Indian Maoists sulk as Nepali comrades make peace

Indian Maoists sulk as Nepali comrades make peace

GARHWA, India (Reuters) – Maoist rebels may be laying down their weapons in Nepal, but over their border in India their ideological brethren are still talking the language of armed revolution and the destruction of capitalism.

Maoists from both countries formed an alliance in 2001 against “feudal exploitation” and “American imperialism”, but these days the relationship is showing serious signs of strain.

Nepal’s rebel chief Prachanda signed a peace deal with the government last week that paves the way for his forces to disarm and join an interim government.

Elections will be held for an assembly meant to draft a new constitution and, the rebels hope, abolish the monarchy.

Nepal’s people are rejoicing, but in the forests and villages of eastern India, Maoist rebels, known as Naxalites, sound distinctly disappointed.

“Prachanda made a big mistake by deciding to share power,” said a underground Maoist leader, who spoke to Reuters in a remote village in the Garhwa district of Jharkhand.

“The Maoists of Nepal should have killed King Gyanendra and taken power.”

“They were going well, but at the last minute they compromised with the imperialist powers,” he added, accusing Prachanda of “selling out”.

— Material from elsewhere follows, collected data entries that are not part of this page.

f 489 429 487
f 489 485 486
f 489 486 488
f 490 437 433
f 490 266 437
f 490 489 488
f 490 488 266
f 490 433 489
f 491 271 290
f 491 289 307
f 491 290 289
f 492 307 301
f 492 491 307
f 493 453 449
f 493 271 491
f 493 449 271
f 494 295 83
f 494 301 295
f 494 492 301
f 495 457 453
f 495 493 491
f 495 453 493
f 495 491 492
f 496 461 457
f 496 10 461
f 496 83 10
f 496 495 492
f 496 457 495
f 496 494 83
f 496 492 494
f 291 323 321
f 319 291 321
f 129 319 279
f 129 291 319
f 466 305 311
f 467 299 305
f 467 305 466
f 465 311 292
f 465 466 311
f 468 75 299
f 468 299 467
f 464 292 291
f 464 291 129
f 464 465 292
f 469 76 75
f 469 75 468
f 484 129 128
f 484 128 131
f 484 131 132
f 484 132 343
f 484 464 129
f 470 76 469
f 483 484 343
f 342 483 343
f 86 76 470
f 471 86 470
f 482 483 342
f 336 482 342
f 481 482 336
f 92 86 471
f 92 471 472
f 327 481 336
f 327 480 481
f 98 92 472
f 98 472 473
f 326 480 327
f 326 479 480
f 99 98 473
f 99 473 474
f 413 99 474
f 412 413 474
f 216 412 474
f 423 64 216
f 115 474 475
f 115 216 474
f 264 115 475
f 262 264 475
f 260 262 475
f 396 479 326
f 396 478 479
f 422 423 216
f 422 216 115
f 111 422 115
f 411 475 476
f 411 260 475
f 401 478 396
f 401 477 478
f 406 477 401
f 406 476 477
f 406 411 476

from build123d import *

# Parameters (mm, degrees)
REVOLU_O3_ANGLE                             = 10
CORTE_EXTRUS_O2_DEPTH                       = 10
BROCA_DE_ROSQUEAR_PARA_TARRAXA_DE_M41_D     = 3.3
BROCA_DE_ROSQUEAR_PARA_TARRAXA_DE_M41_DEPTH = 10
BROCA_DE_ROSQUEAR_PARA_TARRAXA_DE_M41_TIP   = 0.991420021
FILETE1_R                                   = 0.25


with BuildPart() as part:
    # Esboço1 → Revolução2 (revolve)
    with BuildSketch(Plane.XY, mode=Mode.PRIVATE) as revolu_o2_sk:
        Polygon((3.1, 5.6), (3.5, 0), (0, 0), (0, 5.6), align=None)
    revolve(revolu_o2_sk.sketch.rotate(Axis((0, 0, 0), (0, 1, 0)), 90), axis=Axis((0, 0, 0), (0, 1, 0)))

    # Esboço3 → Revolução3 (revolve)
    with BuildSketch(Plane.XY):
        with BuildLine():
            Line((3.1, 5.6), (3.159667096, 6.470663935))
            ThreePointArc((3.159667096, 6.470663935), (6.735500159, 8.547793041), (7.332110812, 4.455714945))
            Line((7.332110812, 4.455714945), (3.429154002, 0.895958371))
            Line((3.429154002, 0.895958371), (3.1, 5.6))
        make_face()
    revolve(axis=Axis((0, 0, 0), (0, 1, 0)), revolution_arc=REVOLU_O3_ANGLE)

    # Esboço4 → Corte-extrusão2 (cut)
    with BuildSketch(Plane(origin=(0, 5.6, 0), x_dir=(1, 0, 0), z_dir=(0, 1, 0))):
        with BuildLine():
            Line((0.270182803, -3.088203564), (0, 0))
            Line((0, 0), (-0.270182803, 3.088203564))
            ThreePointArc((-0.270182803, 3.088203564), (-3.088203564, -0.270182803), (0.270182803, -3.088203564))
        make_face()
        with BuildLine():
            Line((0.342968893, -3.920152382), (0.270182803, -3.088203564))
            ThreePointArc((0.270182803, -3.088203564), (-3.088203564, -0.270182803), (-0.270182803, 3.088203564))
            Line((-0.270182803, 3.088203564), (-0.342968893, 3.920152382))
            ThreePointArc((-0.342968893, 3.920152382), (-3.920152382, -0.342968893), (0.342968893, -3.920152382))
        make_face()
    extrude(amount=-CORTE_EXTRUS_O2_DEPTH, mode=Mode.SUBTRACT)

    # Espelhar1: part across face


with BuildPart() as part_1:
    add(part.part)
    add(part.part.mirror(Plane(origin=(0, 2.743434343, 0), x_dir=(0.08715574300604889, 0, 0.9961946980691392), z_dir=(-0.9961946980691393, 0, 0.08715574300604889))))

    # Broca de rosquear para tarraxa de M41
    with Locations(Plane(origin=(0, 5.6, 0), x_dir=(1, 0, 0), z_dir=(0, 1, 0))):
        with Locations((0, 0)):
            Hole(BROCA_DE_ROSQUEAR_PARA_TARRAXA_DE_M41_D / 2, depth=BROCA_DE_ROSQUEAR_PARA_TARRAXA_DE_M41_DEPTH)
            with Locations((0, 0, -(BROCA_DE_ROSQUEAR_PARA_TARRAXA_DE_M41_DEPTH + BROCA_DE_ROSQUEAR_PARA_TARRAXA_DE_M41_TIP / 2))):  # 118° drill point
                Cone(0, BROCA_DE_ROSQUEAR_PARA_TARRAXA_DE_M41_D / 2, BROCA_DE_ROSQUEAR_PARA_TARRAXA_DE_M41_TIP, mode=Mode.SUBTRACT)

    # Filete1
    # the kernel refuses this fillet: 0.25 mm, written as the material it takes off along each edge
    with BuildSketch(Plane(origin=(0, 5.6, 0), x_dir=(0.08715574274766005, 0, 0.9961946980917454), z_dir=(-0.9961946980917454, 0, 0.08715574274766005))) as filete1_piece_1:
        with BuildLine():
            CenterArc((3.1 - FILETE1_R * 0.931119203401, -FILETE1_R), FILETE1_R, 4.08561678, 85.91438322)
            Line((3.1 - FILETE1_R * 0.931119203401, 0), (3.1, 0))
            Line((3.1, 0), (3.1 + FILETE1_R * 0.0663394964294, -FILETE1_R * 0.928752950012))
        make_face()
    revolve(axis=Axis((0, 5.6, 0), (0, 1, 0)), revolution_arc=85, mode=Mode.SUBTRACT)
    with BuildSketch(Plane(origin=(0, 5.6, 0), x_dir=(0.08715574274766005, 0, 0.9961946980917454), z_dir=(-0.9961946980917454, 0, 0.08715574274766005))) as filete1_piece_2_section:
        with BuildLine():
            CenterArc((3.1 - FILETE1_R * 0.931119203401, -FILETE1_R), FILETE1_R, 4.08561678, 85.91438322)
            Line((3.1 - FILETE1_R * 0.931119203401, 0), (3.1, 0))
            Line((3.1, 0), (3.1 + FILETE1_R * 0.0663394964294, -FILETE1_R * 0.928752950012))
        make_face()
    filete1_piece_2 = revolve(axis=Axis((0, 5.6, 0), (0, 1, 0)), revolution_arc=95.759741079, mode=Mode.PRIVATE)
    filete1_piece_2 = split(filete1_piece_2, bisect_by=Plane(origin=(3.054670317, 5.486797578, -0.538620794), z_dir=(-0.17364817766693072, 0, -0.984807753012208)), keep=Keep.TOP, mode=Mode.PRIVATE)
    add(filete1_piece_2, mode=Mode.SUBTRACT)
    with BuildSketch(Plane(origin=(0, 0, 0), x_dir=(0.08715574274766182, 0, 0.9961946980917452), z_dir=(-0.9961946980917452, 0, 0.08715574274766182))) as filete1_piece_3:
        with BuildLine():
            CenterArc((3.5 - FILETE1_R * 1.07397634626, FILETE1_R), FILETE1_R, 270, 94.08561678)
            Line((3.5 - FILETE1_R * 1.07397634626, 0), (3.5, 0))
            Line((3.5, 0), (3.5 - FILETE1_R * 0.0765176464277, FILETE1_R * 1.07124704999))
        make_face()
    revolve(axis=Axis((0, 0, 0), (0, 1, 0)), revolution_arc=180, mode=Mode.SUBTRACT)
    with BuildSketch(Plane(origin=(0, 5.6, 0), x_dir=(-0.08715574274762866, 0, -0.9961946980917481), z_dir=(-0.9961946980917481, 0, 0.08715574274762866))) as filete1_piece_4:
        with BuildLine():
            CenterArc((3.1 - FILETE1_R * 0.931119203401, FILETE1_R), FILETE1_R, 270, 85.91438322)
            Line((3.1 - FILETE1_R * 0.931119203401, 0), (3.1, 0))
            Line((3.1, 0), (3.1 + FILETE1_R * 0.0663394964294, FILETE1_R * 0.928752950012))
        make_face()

Officially the two movements say they share only “ideological links”, but another underground Naxal leader admitted that Nepali Maoists “may have” come to India to help train rebels.

India’s Naxalites were hoping that “victory” in Nepal, and a Maoist revolutionary government, would have given a huge boost to their own four-decade-long struggle.

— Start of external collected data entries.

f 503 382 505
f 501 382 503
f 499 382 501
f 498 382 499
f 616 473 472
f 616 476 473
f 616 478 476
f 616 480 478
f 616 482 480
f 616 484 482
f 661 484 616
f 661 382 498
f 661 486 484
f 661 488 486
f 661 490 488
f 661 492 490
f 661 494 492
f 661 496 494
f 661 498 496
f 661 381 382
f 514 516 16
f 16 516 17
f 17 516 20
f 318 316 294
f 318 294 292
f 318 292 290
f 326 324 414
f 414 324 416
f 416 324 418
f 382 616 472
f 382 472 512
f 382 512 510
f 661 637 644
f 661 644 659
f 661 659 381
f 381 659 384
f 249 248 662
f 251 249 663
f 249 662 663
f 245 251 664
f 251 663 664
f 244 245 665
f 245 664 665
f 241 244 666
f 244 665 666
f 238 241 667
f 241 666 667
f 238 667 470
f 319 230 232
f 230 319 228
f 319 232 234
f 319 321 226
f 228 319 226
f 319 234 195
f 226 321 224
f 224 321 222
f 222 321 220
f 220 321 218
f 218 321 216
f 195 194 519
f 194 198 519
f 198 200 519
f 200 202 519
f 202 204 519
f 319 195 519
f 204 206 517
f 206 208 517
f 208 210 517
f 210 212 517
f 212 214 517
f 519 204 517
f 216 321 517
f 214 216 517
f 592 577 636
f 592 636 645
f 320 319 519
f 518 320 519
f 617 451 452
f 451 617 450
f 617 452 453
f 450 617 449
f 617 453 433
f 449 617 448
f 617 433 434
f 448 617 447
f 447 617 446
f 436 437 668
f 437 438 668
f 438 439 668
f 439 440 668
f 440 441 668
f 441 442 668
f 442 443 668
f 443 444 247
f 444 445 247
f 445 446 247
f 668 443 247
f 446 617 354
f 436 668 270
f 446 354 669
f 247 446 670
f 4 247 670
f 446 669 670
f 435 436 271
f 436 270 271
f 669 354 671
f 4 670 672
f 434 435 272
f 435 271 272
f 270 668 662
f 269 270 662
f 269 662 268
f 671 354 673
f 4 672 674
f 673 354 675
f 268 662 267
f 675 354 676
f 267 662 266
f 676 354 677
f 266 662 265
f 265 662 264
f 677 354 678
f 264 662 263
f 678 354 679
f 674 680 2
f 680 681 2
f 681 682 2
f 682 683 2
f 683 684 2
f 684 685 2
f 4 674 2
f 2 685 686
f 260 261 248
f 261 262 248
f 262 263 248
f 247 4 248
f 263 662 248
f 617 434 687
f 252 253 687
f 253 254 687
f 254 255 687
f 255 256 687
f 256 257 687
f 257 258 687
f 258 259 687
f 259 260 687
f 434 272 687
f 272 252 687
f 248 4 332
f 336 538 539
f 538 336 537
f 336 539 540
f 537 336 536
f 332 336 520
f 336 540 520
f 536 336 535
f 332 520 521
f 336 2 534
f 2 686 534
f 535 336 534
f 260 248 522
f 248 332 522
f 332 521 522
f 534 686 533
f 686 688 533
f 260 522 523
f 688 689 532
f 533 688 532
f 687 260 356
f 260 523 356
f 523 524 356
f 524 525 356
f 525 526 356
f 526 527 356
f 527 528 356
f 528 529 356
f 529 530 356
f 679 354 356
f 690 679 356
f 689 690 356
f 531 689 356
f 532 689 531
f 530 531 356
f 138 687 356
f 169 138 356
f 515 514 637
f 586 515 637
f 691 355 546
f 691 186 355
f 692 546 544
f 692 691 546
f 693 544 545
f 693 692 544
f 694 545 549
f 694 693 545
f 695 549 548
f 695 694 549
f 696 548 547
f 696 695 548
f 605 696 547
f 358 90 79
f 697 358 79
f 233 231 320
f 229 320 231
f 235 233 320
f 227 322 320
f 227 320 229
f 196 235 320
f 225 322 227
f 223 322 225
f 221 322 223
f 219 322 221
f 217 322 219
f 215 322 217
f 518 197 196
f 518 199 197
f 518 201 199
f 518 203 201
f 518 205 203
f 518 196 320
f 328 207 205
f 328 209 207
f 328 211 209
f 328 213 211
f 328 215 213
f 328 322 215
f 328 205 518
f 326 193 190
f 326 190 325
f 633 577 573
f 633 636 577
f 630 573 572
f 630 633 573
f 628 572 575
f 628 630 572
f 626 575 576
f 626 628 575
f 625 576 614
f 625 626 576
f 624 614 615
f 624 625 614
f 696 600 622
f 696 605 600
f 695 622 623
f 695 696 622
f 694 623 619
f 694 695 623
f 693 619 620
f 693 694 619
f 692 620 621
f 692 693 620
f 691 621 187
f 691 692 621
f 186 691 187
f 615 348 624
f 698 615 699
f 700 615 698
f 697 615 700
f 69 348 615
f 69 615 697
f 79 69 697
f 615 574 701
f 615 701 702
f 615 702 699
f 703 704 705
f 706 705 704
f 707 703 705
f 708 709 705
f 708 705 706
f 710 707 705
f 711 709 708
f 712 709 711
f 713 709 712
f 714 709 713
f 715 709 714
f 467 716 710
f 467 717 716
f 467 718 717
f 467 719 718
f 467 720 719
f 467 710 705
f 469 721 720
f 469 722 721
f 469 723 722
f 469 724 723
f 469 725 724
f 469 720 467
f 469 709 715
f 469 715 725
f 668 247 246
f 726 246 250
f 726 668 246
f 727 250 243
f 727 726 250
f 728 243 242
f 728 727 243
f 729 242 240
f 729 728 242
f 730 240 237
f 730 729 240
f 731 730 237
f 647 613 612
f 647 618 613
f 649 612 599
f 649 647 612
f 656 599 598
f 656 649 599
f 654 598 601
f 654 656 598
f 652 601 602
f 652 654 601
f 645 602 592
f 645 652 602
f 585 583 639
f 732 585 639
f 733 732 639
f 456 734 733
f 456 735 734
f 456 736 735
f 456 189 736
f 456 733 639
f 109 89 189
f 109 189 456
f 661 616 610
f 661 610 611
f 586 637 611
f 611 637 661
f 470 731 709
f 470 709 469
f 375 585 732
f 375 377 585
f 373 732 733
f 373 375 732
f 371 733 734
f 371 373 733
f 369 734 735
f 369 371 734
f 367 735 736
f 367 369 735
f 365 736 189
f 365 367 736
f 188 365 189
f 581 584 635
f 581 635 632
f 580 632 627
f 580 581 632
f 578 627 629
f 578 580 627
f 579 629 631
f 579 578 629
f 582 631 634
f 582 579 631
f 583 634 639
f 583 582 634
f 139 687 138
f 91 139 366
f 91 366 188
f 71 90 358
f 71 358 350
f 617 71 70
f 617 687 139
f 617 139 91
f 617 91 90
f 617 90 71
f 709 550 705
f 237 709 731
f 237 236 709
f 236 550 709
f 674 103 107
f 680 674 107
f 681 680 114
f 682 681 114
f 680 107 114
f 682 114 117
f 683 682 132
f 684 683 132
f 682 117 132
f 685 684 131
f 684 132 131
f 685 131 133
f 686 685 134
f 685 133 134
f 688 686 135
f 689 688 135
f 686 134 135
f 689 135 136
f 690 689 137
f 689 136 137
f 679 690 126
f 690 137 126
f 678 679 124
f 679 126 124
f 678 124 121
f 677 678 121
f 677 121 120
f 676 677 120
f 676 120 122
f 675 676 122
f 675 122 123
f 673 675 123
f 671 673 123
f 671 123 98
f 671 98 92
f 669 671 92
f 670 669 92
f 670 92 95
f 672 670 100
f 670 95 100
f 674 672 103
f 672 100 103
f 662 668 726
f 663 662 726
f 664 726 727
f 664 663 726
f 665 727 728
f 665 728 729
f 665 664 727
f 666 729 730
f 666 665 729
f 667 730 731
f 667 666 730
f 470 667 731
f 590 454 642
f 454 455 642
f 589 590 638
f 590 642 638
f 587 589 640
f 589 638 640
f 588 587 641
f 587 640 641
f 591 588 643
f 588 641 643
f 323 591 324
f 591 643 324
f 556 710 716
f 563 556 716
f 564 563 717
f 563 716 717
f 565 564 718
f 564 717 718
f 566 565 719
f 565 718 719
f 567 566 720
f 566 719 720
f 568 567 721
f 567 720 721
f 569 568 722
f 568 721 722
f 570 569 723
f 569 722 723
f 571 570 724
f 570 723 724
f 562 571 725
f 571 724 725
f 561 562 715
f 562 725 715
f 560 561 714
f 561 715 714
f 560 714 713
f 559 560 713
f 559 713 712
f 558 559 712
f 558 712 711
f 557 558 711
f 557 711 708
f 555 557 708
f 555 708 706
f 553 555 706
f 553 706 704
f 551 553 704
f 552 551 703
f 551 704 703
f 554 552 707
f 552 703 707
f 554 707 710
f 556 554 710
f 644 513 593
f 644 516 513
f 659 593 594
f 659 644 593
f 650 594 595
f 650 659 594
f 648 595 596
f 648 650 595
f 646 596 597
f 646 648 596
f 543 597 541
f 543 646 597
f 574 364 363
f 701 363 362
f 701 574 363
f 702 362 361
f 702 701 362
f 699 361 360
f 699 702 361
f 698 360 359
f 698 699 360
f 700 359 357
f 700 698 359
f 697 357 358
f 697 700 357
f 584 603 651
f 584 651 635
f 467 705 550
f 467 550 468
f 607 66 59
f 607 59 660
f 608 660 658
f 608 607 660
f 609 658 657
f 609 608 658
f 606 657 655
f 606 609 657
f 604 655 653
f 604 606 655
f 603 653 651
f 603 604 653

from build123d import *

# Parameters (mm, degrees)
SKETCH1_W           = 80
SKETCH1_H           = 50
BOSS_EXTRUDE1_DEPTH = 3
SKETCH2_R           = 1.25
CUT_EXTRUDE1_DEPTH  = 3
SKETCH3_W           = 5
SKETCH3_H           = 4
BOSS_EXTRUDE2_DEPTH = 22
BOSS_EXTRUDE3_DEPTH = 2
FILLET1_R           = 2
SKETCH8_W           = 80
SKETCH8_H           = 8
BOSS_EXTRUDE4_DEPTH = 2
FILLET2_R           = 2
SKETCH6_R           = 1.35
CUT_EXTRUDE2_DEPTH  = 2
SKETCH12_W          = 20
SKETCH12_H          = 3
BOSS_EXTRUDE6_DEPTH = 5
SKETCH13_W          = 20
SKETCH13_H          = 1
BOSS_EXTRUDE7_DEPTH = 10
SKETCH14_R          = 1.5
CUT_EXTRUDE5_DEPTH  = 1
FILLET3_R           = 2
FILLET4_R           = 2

“They have bowed down before the government,” said Jiten Marandi of the Maoist-backed Revolutionary Democratic Front in the state capital Ranchi, who has been jailed three times.

“Their armed squads were their main source of power. Now they have surrendered their weapons, they will have a lot of problems.”

CHAMPIONS OF THE POOR

India’s Maoists trace their armed struggle back to an uprising in the eastern town of Naxalbari in 1967.

Today, their guerrilla squads operate in 13 of India’s 29 states and around 165 of the country’s 602 administrative districts, from the south through the central and eastern forests and up to Nepal.

In April, Prime Minister Manmohan Singh called the uprising “the single biggest internal security challenge” faced by India.

In rural, impoverished and tribal-dominated Jharkhand, Maoists drew support in the 1980s by chasing away landlords, redistributing land and ending a system of bonded labour.

Today, they try to tap into discontent over the displacement of tribespeople to make way for mines throughout mineral-rich eastern India, and also lead campaigns for rural labourers to be paid the legal minimum wage.

But quite how many people truly support the Maoists’ revolutionary agenda is hard to tell.

Fear certainly plays a large part, analysts say, and the Maoists themselves occasionally sound frustrated at the locals’ lack of revolutionary fervour.

Over in Nepal, Prachanda is remodelling himself as a political leader rather than a fearsome guerrilla. He insists he is a “21st Century communist” not a dogmatic one, and says India’s Maoists have not “evolved” with the times.

It is not hard to see why he would want to dissociate himself from his Indian comrades, who want to chase away foreign investment and set up a socialist economic system.

“Parliamentary democracy has failed to bring change,” said Marandi. “It is only possible through armed revolution.”